The goal of GHMT data processing is to obtain a magnetic reversal sequence that allows one to determine the magnetostratigraphy of a logged interval.
The GHMT consists of two sondes: SUMS (Susceptibility Magnetic Tool) and NMRS (Nuclear Resonance Magnetometer Tool). The former makes an induction-type measurement which records a signal related to formation susceptibility, while the latter is a high-precision nuclear magnetic resonance device, which measures the total magnetic field.
The magnetic induction (B) measured by the NMRS in a borehole is a function of location (p) and time (t) and can be expressed as a sum of different components (Pozzi et al., 1993):
B(p,t) = Br(p) + Ba(p) + Bt(p,t) + Bf(p)
- Br(p): dipolar Earth's magnetic field
- Ba(p): anomaly field related to large scale heterogeneities
- Bt(p,t): transient variations of the magnetic field, of external origin
- Bf(p): field due to the magnetization (induced and remanent) of the sediment surrounding the borehole.
B(p,t) generally presents a shift towards high values at the top of the logged section; this effect is caused by the highly magnetized bottom hole assembly (pipe effect) and can be removed by modeling the pipe as a magnetic dipole.
After removal of the first three components and correction for pipe effect, the field due to the local magnetization (Bf(p)) is obtained.

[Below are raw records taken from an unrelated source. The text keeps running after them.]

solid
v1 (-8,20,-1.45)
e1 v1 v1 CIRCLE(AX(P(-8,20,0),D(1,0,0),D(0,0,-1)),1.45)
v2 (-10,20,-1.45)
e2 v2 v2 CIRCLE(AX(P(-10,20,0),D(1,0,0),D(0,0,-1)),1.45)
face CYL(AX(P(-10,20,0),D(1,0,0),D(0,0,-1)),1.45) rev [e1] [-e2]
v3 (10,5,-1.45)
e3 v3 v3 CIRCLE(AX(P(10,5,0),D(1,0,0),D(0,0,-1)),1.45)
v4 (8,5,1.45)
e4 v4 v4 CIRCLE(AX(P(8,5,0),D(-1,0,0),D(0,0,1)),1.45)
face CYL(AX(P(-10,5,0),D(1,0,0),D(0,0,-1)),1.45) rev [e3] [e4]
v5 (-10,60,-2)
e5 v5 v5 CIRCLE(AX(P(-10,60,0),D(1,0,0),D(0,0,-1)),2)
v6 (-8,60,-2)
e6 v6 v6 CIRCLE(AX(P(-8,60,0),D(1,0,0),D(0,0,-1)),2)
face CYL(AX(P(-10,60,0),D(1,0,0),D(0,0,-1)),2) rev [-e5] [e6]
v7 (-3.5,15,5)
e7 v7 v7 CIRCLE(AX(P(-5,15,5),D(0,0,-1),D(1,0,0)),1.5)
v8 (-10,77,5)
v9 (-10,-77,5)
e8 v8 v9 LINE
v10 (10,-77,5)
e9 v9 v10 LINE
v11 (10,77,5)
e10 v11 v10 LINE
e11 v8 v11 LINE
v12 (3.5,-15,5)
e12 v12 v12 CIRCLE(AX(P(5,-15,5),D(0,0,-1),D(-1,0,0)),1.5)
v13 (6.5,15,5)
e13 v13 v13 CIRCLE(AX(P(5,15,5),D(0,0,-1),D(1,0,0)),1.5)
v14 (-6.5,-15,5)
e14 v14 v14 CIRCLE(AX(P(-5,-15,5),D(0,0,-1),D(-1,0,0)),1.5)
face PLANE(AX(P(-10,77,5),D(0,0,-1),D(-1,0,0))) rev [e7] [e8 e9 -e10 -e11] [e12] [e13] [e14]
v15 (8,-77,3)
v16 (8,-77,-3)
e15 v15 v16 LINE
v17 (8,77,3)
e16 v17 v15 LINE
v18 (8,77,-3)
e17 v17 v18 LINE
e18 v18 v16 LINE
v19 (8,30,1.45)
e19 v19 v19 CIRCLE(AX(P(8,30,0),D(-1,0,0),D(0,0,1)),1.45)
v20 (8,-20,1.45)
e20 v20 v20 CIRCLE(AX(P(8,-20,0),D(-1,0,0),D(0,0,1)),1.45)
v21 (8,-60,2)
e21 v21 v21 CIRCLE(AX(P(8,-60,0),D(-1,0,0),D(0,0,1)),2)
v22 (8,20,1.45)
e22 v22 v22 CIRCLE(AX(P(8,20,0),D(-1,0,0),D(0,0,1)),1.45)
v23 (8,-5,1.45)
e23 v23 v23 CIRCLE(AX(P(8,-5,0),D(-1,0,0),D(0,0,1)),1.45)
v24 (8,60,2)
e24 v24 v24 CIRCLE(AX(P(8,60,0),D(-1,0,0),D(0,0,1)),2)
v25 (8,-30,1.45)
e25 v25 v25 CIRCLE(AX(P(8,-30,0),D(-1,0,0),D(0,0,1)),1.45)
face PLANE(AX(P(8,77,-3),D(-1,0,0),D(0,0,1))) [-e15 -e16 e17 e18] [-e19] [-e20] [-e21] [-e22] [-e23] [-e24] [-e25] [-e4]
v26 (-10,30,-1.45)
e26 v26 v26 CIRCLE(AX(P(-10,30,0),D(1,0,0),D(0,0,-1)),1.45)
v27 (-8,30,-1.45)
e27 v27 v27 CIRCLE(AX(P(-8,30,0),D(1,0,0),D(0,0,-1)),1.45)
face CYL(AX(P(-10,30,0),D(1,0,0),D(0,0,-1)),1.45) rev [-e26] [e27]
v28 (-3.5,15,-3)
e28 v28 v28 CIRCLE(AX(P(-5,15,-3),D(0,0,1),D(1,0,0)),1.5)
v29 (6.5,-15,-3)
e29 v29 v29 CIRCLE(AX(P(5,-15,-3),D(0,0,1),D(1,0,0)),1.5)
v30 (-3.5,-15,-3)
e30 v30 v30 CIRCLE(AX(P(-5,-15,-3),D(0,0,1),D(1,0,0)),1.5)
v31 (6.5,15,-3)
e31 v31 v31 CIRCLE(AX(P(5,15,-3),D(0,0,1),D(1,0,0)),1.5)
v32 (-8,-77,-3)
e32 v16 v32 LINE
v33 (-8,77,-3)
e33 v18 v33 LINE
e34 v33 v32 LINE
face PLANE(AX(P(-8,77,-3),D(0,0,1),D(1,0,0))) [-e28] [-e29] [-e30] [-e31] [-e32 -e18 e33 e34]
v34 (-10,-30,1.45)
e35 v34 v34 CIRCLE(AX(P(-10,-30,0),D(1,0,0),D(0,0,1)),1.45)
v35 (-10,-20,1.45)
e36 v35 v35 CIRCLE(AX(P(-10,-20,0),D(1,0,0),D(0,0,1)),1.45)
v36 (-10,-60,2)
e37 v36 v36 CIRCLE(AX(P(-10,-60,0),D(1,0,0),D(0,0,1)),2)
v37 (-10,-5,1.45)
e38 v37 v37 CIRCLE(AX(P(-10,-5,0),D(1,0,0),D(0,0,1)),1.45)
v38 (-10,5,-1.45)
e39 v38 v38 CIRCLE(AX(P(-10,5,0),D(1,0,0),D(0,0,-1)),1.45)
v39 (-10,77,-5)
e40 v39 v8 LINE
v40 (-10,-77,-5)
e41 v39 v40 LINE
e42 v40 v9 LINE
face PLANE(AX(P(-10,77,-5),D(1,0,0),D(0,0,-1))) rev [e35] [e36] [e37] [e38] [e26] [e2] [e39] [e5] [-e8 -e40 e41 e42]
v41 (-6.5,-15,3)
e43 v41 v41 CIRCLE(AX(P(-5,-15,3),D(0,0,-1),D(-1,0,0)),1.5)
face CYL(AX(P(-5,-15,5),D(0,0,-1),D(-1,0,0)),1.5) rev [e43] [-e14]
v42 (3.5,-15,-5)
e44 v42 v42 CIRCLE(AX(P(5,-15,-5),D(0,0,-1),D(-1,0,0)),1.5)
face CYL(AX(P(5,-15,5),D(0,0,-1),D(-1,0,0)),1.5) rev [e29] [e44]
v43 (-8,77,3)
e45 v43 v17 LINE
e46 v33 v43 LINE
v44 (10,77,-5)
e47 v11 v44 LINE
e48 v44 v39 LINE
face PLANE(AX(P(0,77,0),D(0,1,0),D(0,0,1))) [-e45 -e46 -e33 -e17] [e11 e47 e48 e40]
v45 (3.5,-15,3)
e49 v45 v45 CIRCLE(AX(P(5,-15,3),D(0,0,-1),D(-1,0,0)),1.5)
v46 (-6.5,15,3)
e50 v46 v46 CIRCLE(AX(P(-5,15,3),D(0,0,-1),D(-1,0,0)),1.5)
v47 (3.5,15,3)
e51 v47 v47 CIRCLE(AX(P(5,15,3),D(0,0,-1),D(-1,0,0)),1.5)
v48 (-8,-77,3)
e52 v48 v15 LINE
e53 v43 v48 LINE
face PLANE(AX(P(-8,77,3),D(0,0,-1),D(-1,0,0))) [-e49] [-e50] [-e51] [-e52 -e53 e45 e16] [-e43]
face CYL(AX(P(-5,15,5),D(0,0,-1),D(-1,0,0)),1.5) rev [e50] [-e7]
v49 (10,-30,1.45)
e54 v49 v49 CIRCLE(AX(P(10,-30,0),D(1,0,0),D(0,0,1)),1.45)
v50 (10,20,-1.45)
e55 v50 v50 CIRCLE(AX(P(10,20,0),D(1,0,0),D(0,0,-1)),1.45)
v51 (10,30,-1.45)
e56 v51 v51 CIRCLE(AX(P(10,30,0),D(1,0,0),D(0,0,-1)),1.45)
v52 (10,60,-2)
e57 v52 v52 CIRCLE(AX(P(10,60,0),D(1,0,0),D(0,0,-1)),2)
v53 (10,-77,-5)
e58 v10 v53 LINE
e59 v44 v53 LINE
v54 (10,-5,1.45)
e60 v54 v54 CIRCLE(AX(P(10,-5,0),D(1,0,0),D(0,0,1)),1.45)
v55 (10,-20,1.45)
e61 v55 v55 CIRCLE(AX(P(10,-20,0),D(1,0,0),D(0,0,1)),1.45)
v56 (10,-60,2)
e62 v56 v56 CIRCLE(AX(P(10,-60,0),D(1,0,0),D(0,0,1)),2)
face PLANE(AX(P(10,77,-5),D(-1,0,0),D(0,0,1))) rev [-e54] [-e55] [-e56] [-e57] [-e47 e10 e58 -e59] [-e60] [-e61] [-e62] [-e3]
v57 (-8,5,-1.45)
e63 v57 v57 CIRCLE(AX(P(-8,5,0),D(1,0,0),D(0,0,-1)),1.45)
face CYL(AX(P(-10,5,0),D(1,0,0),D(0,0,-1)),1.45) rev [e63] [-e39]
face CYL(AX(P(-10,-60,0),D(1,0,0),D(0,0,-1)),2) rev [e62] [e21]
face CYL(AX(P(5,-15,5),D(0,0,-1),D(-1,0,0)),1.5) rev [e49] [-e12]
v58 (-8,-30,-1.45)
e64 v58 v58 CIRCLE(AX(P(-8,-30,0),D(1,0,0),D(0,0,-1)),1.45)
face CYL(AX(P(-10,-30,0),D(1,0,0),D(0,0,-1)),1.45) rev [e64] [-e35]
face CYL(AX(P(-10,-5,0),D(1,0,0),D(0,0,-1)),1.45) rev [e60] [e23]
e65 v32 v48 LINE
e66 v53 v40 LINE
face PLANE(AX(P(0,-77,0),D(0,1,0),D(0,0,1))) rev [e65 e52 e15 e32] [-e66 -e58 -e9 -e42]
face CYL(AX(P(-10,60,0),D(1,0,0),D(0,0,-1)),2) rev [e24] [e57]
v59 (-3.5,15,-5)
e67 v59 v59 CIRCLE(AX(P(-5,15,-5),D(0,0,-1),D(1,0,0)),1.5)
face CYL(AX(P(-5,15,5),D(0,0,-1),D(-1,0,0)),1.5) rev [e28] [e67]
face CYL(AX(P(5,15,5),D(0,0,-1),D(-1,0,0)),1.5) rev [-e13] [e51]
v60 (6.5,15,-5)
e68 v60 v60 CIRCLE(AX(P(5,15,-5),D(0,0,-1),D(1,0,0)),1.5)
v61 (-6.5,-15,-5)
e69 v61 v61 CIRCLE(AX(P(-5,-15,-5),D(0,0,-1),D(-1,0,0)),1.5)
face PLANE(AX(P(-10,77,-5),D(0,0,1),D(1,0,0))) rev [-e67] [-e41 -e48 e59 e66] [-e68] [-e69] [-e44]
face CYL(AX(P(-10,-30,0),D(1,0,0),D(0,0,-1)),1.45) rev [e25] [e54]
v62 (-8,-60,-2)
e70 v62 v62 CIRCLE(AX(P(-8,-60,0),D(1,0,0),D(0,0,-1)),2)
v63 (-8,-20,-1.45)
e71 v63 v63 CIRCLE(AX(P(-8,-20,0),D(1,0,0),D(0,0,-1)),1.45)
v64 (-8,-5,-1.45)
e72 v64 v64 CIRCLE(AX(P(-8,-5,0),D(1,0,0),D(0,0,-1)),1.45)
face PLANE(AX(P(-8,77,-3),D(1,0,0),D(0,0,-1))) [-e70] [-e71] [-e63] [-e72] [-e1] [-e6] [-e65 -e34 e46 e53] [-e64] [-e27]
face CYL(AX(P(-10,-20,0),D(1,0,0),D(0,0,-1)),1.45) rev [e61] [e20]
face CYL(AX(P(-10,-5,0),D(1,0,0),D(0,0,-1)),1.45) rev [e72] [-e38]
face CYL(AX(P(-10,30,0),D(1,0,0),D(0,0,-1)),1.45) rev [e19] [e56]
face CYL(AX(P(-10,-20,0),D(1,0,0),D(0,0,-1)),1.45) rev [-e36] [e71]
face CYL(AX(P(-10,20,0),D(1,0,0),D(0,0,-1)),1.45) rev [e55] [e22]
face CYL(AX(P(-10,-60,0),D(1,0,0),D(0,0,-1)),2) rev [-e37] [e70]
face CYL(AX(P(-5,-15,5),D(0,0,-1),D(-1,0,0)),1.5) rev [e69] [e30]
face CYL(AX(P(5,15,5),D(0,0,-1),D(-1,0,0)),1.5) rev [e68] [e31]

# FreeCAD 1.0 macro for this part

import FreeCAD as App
import Part
import Sketcher
from FreeCAD import Vector
Q = App.Units.Quantity


def add_polygon(sketch, points):
    """Adds a closed chain of lines whose ends are joined by coincident constraints."""
    first, n = sketch.GeometryCount, len(points)
    for a, b in zip(points, points[1:] + points[:1]):
        sketch.addGeometry(Part.LineSegment(App.Vector(*a, 0), App.Vector(*b, 0)), False)
    for i in range(n):
        sketch.addConstraint(Sketcher.Constraint("Coincident", first + i, 2, first + (i + 1) % n, 1))

doc = App.newDocument("Part")
params = doc.addObject("Spreadsheet::Sheet", "Params")
for row, (alias, value) in enumerate([
    ("sketch1_width", "20 mm"),
    ("sketch1_width2", "16 mm"),
    ("sketch1_height", "10 mm"),
    ("sketch1_height2", "6 mm"),
    ("pad1_length", "154 mm"),
    ("sketch2_diameter", "4 mm"),
    ("sketch2_diameter2", "2.9 mm"),
    ("sketch3_diameter", "3 mm"),
], start=1):
    params.set(f"A{row}", alias)
    params.set(f"B{row}", "=" + value)
    params.setAlias(f"B{row}", alias)

body = doc.addObject("PartDesign::Body", "Body")

sketch1 = body.newObject("Sketcher::SketchObject", "Sketch")
sketch1.AttachmentSupport = (doc.getObject("XZ_Plane"), [""])
sketch1.MapMode = "FlatFace"
add_polygon(sketch1, [(-10, -5), (-10, 5), (10, 5), (10, -5)])
add_polygon(sketch1, [(8, 3), (-8, 3), (-8, -3), (8, -3)])
sketch1.addConstraint([
    Sketcher.Constraint("Vertical", 0),
    Sketcher.Constraint("Horizontal", 1),
    Sketcher.Constraint("Vertical", 2),
    Sketcher.Constraint("Horizontal", 3),
    Sketcher.Constraint("Horizontal", 4),
    Sketcher.Constraint("Vertical", 5),
    Sketcher.Constraint("Horizontal", 6),
    Sketcher.Constraint("Vertical", 7),
    Sketcher.Constraint("Symmetric", 0, 2, 2, 2, -1, 1),
    Sketcher.Constraint("Symmetric", 4, 2, 6, 2, -1, 1),
    Sketcher.Constraint("DistanceX", 1, 1, 1, 2, Q("20 mm")),
    Sketcher.Constraint("DistanceX", 4, 2, 4, 1, Q("16 mm")),
    Sketcher.Constraint("DistanceY", 0, 1, 0, 2, Q("10 mm")),
    Sketcher.Constraint("DistanceY", 5, 2, 5, 1, Q("6 mm")),
])
sketch1.setExpression("Constraints[18]", "Params.sketch1_width")
sketch1.setExpression("Constraints[19]", "Params.sketch1_width2")
sketch1.setExpression("Constraints[20]", "Params.sketch1_height")
sketch1.setExpression("Constraints[21]", "Params.sketch1_height2")
pad1 = body.newObject("PartDesign::Pad", "Pad")
pad1.Profile = sketch1
pad1.setExpression("Length", "Params.pad1_length")
pad1.Midplane = True

sketch2 = body.newObject("Sketcher::SketchObject", "Sketch001")
sketch2.AttachmentSupport = (doc.getObject("YZ_Plane"), [""])
sketch2.MapMode = "FlatFace"
sketch2.AttachmentOffset = App.Placement(Vector(0, 0, 10), App.Rotation())
sketch2.addGeometry([
    Part.Circle(Vector(5, 0, 0), Vector(0, 0, 1), 1.4),
    Part.Circle(Vector(20, 0, 0), Vector(0, 0, 1), 1.4),
    Part.Circle(Vector(30, 0, 0), Vector(0, 0, 1), 1.4),
    Part.Circle(Vector(-30, 0, 0), Vector(0, 0, 1), 1.4),
    Part.Circle(Vector(-20, 0, 0), Vector(0, 0, 1), 1.4),
    Part.Circle(Vector(-5, 0, 0), Vector(0, 0, 1), 1.4),
    Part.Circle(Vector(60, 0, 0), Vector(0, 0, 1), 2),
    Part.Circle(Vector(-60, 0, 0), Vector(0, 0, 1), 2),
], False)
sketch2.addConstraint([
    Sketcher.Constraint("Equal", 0, 1),
    Sketcher.Constraint("Equal", 1, 2),
    Sketcher.Constraint("Equal", 2, 3),
    Sketcher.Constraint("Equal", 3, 4),
    Sketcher.Constraint("Equal", 4, 5),
    Sketcher.Constraint("Equal", 6, 7),
    Sketcher.Constraint("Symmetric", 2, 3, 3, 3, -1, 1),
    Sketcher.Constraint("Symmetric", 1, 3, 4, 3, -1, 1),
    Sketcher.Constraint("Symmetric", 0, 3, 5, 3, -1, 1),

The susceptibility effect on the scalar total field magnetometer is calculated from the susceptibility tool (SUMS) and a transfer coefficient which depends on the geomagnetic location of the hole, the hole diameter, and a calibration ratio. To obtain the magnetostratigraphy from Bf(p), the susceptibility and total field measurements are combined to discriminate between induced and remanent magnetization. To obtain comparable data, the susceptibility effect and the remanent component are smoothed using Hanning filtering.
As the zero reference is not well defined and the volumes of investigation of the magnetometer and the susceptibility sonde are different, the polarity cannot be determined directly from the remanent component. The Koenigsberger coefficient, however, is supposed to be approximately constant for a given lithology. Then the slope of the mean square fit in a crossplot of the remanent versus the induced component may indicate the polarity of the paleomagnetic field (Barthès, 1991; Thibal, 1995). The correlation (positive slope) or anti-correlation (negative slope) between these two curves indicates respectively a normal or reverse polarity. The study of the correlation is performed in a sliding window versus depth. The length of a reversal and the time between two reversals is close to being random and the distance between them varies greatly. Therefore, the computation is performed several times by varying window heights and the results can be combined afterwards.
The number of window necessary for the interpretation is different for each hole and is chosen by the log analyst. A synthesis of the polarity sequence could be established considering that, for a given depth:
- if the slope is positive in every window, the final polarity is normal;
- if the slope is negative in every window, the final polarity is inverse
- if the slope is either positive or negative, the final polarity is undetermined.
The higher the amplitude of the slope, the stronger the correlation or anti-correlation between the curves.
This synthesis can be compared to a standard geomagnetic time scale to determine the magnetostratigraphy of the logged sediment.
For each hole logged with the GHMT, raw and processed GHMT data are displayed in an ASCII file. This file contains the following data from left to right:
- DEPTH (mbsf): sub-bottom depth
- MAGS (ppm SI): magnetic susceptibility, corrected for hole diameter
- BFI (nT): susceptibility effect
- BFIF (nT): filtered BFI
- MAGB (nT): raw total magnetic field
- BTCOR (nT): total magnetic field, corrected for pipe effect and present Earths magnetic field
- BTCORF (nT): filtered BTCOR
- REMA (nT): remanent component
- SLOPE (1-10): slope determined in the first to tenth window
Size of each window:
1 -> 11 samples = 1.52 m
2 -> 13 samples = 1.82 m
3 -> 17 samples = 2.43 m
4 -> 23 samples = 3.35 m
5 -> 31 samples = 4.57 m
6 -> 41 samples = 6.09 m
7 -> 53 samples = 7.92 m
8 -> 67 samples = 10.05 m
9 -> 88 samples = 13.25 m
10 -> 101 samples = 15.24 m
- Barthès V., 1991. Traitement et interprétation des données GHMT. Rapport interne CEA/LETI/DSYS/SESA.
- Pozzi J.-P., Barthès V., Thibal J., Pocachard J., Lim M., Thomas T., and Pagès G., 1993. Downhole magnetostratigraphy in sediments: comparison with the paleomagnetism of a core. J. Geophys. Res., 98, 7939-7957.
- Thibal J., 1995. Analyse de l'aimantation des sédiments par diagraphies magnétiques. PhD thesis, Univ. of Paris XI Orsay.